Your task is to repeat exactly the lines below between the line holding "f 131 227 129" and the line holding "f 123 125 1", inclusive, and only those.

# # # # # # #

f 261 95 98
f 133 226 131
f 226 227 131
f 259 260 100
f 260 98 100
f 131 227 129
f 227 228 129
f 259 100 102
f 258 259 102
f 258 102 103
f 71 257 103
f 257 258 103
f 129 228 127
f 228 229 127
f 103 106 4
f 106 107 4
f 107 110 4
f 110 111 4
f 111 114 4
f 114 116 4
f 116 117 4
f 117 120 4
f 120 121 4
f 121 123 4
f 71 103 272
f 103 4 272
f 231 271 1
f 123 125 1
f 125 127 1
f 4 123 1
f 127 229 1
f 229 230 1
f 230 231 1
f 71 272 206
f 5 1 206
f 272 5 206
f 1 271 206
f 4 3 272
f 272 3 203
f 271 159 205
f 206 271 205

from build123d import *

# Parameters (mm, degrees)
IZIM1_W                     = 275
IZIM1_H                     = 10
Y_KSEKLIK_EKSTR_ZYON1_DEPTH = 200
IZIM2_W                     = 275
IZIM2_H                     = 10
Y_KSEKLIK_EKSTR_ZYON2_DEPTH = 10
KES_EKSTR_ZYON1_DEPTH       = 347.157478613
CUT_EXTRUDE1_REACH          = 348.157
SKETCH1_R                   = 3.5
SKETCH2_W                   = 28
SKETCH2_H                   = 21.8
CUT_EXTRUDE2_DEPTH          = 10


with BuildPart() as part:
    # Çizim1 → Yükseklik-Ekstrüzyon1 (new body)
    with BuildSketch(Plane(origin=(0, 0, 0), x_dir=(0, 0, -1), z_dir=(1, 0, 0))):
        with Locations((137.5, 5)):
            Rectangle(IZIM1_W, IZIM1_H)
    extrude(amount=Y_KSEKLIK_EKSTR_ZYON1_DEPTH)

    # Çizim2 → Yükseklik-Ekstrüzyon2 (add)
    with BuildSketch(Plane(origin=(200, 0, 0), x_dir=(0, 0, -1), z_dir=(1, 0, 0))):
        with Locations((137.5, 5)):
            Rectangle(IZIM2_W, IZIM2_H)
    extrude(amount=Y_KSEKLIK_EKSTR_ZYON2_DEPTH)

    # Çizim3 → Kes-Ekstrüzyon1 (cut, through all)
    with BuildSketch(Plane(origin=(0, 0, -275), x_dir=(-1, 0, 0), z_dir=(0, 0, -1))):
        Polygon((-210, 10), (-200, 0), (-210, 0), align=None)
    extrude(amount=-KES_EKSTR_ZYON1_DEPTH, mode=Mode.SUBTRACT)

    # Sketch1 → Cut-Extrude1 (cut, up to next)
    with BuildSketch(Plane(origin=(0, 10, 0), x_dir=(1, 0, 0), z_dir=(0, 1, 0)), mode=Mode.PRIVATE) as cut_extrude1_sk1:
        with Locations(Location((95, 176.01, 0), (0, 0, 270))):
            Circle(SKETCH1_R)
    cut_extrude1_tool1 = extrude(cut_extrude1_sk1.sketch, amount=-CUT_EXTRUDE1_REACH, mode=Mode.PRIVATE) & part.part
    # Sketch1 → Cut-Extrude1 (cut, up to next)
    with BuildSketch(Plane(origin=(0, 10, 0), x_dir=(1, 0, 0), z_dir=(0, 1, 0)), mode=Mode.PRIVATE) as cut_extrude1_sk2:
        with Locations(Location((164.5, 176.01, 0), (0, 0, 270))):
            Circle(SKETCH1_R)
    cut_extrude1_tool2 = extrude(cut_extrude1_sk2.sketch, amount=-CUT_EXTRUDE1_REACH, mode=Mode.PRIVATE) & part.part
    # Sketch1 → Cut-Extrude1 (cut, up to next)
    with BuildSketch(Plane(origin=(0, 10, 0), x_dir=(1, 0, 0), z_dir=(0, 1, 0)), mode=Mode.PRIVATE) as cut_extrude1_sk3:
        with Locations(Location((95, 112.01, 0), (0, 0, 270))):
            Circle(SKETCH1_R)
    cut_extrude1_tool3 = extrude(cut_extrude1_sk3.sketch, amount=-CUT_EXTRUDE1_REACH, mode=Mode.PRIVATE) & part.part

# # # # # # #

- **ANSWER AREA**:
f 131 227 129
f 227 228 129
f 259 100 102
f 258 259 102
f 258 102 103
f 71 257 103
f 257 258 103
f 129 228 127
f 228 229 127
f 103 106 4
f 106 107 4
f 107 110 4
f 110 111 4
f 111 114 4
f 114 116 4
f 116 117 4
f 117 120 4
f 120 121 4
f 121 123 4
f 71 103 272
f 103 4 272
f 231 271 1
f 123 125 1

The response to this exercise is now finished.